A especialista esclarece que a educação oferta conhecimento e permite abordar pontos importantes da convivência social. “Não ensinamos penetração, mas sim reflexões e auxílio sobre dúvidas que permeiam crianças, jovens e adultos”.

“Educamos sobre a vida, como educamos sobre a matemática, sobre a história do nosso país e mundo. Nada difere a educação em sexualidade. O problema está em ainda termos a sexualidade como um tabu que não deve ser ensinado nem exposto a ninguém. Afinal, pais não educam, por não terem sidos educados. Não temos como ofertar o que não temos”, destaca Laylla.

De acordo com a educadora, discutir o tema dentro das escolas possui grande importância na identificação de casos de estupros e assédios entre alunos. “A educação fala sobre convivência social e permissividade. Refletimos sobre propriedade corporal, logo entendemos que o acesso ao nosso corpo, que é só nosso, é a partir de permissões e igualdade de compreensões”, diz.

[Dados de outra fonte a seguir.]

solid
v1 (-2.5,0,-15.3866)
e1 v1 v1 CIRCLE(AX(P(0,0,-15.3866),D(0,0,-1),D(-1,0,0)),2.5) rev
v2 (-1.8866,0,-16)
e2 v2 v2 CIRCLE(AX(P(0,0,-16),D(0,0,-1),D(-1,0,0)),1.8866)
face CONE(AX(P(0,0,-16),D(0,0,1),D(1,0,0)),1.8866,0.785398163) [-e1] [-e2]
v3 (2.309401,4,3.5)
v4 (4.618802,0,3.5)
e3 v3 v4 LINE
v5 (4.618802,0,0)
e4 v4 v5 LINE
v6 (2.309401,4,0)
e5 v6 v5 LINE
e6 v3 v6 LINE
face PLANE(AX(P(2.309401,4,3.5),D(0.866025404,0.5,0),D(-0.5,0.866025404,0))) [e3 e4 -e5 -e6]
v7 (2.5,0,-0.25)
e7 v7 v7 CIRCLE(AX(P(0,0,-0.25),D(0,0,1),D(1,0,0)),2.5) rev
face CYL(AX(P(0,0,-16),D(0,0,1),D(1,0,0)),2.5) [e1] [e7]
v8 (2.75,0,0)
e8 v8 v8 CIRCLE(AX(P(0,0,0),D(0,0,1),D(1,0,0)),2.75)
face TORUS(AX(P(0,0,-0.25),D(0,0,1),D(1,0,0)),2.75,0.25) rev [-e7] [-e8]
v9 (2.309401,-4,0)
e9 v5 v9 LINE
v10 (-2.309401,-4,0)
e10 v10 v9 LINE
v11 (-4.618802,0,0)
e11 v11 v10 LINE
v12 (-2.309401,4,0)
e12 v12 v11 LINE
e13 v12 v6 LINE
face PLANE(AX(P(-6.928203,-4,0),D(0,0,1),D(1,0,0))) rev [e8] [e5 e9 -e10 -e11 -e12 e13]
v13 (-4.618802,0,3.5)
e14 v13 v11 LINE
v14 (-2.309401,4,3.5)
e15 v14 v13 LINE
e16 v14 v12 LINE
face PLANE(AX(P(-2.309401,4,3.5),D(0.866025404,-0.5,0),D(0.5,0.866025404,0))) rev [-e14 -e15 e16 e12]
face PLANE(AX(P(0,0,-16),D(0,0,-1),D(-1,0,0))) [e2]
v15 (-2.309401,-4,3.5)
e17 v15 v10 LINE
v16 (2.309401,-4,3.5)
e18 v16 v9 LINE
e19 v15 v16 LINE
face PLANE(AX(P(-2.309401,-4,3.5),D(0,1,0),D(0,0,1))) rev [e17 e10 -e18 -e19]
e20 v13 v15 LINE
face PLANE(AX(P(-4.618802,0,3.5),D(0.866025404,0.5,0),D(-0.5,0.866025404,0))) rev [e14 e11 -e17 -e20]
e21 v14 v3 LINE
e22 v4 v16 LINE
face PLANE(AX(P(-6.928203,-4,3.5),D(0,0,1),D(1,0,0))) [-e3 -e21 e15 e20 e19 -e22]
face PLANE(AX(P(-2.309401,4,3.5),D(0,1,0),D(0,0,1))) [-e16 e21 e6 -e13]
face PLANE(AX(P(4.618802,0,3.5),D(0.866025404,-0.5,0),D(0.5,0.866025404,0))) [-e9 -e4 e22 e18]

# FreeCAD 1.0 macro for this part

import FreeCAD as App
import Part
import Sketcher

V = App.Vector
Q = App.Units.Quantity


def edges_at(feature, points):
    """Names of the edges that pass closest to the given points."""
    edges = feature.Shape.Edges
    near = lambda p: min(range(len(edges)), key=lambda i: edges[i].distToShape(Part.Vertex(*p))[0])
    return sorted({f"Edge{near(p) + 1}" for p in points})

doc = App.newDocument("Part")
body = doc.addObject("PartDesign::Body", "Body")

# Sketch on XY plane
sketch1 = doc.addObject("Sketcher::SketchObject", "Sketch")
body.addObject(sketch1)
sketch1.AttachmentSupport = (doc.XY_Plane, [""])
sketch1.MapMode = "FlatFace"
sketch1.addGeometry(Part.LineSegment(V(2.3, 4, 0), V(-2.3, 4, 0)), False)
sketch1.addGeometry(Part.LineSegment(V(-2.3, 4, 0), V(-4.6, 0, 0)), False)
sketch1.addGeometry(Part.LineSegment(V(-4.6, 0, 0), V(-2.3, -4, 0)), False)
sketch1.addGeometry(Part.LineSegment(V(-2.3, -4, 0), V(2.3, -4, 0)), False)
sketch1.addGeometry(Part.LineSegment(V(2.3, -4, 0), V(4.6, 0, 0)), False)
sketch1.addGeometry(Part.LineSegment(V(4.6, 0, 0), V(2.3, 4, 0)), False)
sketch1.addConstraint(Sketcher.Constraint("Coincident", 0, 2, 1, 1))
sketch1.addConstraint(Sketcher.Constraint("Coincident", 1, 2, 2, 1))
sketch1.addConstraint(Sketcher.Constraint("Coincident", 2, 2, 3, 1))
sketch1.addConstraint(Sketcher.Constraint("Coincident", 3, 2, 4, 1))
sketch1.addConstraint(Sketcher.Constraint("Coincident", 4, 2, 5, 1))
sketch1.addConstraint(Sketcher.Constraint("Coincident", 5, 2, 0, 1))
sketch1.addConstraint(Sketcher.Constraint("Horizontal", 0))
sketch1.addConstraint(Sketcher.Constraint("Horizontal", 3))
sketch1.addConstraint(Sketcher.Constraint("Symmetric", 0, 2, 3, 2, -1, 1))
sketch1.addConstraint(Sketcher.Constraint("Symmetric", 1, 2, 4, 2, -1, 1))
sketch1.addConstraint(Sketcher.Constraint("PointOnObject", 1, 2, -1))
sketch1.addConstraint(Sketcher.Constraint("Parallel", 2, 5))
sketch1.addConstraint(Sketcher.Constraint("Vertical", 0, 2, 2, 2))
sketch1.addConstraint(Sketcher.Constraint("Angle", 1, Q("-120 deg")))
sketch1.addConstraint(Sketcher.Constraint("DistanceY", -1, 1, 0, 2, 4.0))
sketch1.addConstraint(Sketcher.Constraint("DistanceX", 0, 2, -1, 1, 2.309401))
pad1 = doc.addObject("PartDesign::Pad", "Pad")
body.addObject(pad1)
pad1.Profile = sketch1
pad1.Length = 3.5

# Sketch on XY plane
sketch2 = doc.addObject("Sketcher::SketchObject", "Sketch001")
body.addObject(sketch2)
sketch2.AttachmentSupport = (doc.XY_Plane, [""])
sketch2.MapMode = "FlatFace"
sketch2.addGeometry(Part.Circle(V(0, 0, 0), V(0, 0, 1), 2.5), False)
sketch2.addConstraint(Sketcher.Constraint("Coincident", 0, 3, -1, 1))
sketch2.addConstraint(Sketcher.Constraint("Diameter", 0, 5.0))
pad2 = doc.addObject("PartDesign::Pad", "Pad001")
body.addObject(pad2)
pad2.Profile = sketch2
pad2.Length = 16
pad2.Reversed = True
doc.recompute()

chamfer = doc.addObject("PartDesign::Chamfer", "Chamfer")
body.addObject(chamfer)
chamfer.Base = (pad2, edges_at(pad2, [(-2.5, 0, -16)]))
chamfer.Size = 0.6134
doc.recompute()

fillet = doc.addObject("PartDesign::Fillet", "Fillet")
body.addObject(fillet)
fillet.Base = (chamfer, edges_at(chamfer, [(-2.5, 0, 0)]))
fillet.Radius = 0.25

doc.recompute()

“Com base em dados atuais, o Ministério da Mulher, da Família e dos Direitos Humanos (MMFDH), divulgou o número de 4.486 denúncias de violação de direitos Humanos e 18,6% são de violência sexual. Não estamos falando apenas de educação nas escolas, mas de educação social”, reforça.

Etapas para a educação sexual

Milka Freitas, educadora sexual

Para a educadora sexual, Milka Freitas, a educação sexual é importante não somente nas escolas, mas também no ambiente familiar, mas pontua que é necessário seguir algumas etapas.

“Quando a gente vai falar sobre a educação sexual nas escolas o ideal é que as pessoas comecem primeiro pela docência. Desde os profissionais da limpeza até da merenda e todos os setores que constituem a instituição educacional. Depois as famílias e só então crianças e adolescentes”, explica.

Segundo ela, é necessário que haja toda uma rede de apoio preparada para orientar os mais jovens. “Se eu começo a fazer palestra, oficina ou qualquer discussão na qual vou falar sobre sexualidade e depois vou embora daquele ambiente, as crianças vão estar cheias de dúvidas depois que eu sair. Então é preciso ter uma equipe e uma família preparada pra responder e orientar”, afirma.

Falta da educação sexual

Com relação às pessoas que acreditam que a educação sexual é incentivar o sexo entre os mais jovens, a educadora diz que, na verdade, ela evita que os adolescentes tenha relações sexuais desprotegidas e de forma antecipada.

“Segundo relatório do Fundo das Nações Unidas para a Infância (UNICEF), as primeiras iniciações, as primeiras fases, os primeiros incentivos de formas irresponsáveis acontecem dentro de casa. E não é com a educação sexual, é pela falta da educação sexual”, destaca.

A especialista cita questões hormonais próprias da adolescência e da pedofilia como pontos que ressaltam a importância da educação. “São discussões que a educação sexual traz e que precisa trazer não somente para o adolescente, mas todo o contexto familiar”.

Como exemplo, ela cita que a partir dos 11 anos, os meninos contumam ser incentivados a ver pornografia. “Não faz sentido dizer que a educação sexual estimula o sexo uma vez que as pessoas que são contra a educação sexual nunca tiveram educação sexual e praticaram sexo de qualquer forma, provavelmente muito precoce”.

Educação sexual auxilia na identificação de violências

Ainda conforme a especialista, a educação sexual ajuda na identificação de casos de estupros assédios entre alunos, principalmente quando o estudante se sente confortável para conversar.

Um ponto que ela destaca é a problemática ao falar de estupro, aborto, assédio sexual e moral colocando apenas as pessoas do gênero feminino para se defenderem e terem consciência de uma relação tóxica. “O gênero masculino vai estar sempre praticando porque é induzido que é livre pra fazer essas violências”.

“Quando eu tenho uma escola estruturada e a gente traz essas discussões não de forma pontual, mas de forma transversal, a gente descobre pessoas que sofrem violência dentro de seus lares ou com pessoas que seriam para lhe resguardar”, conclui Milka.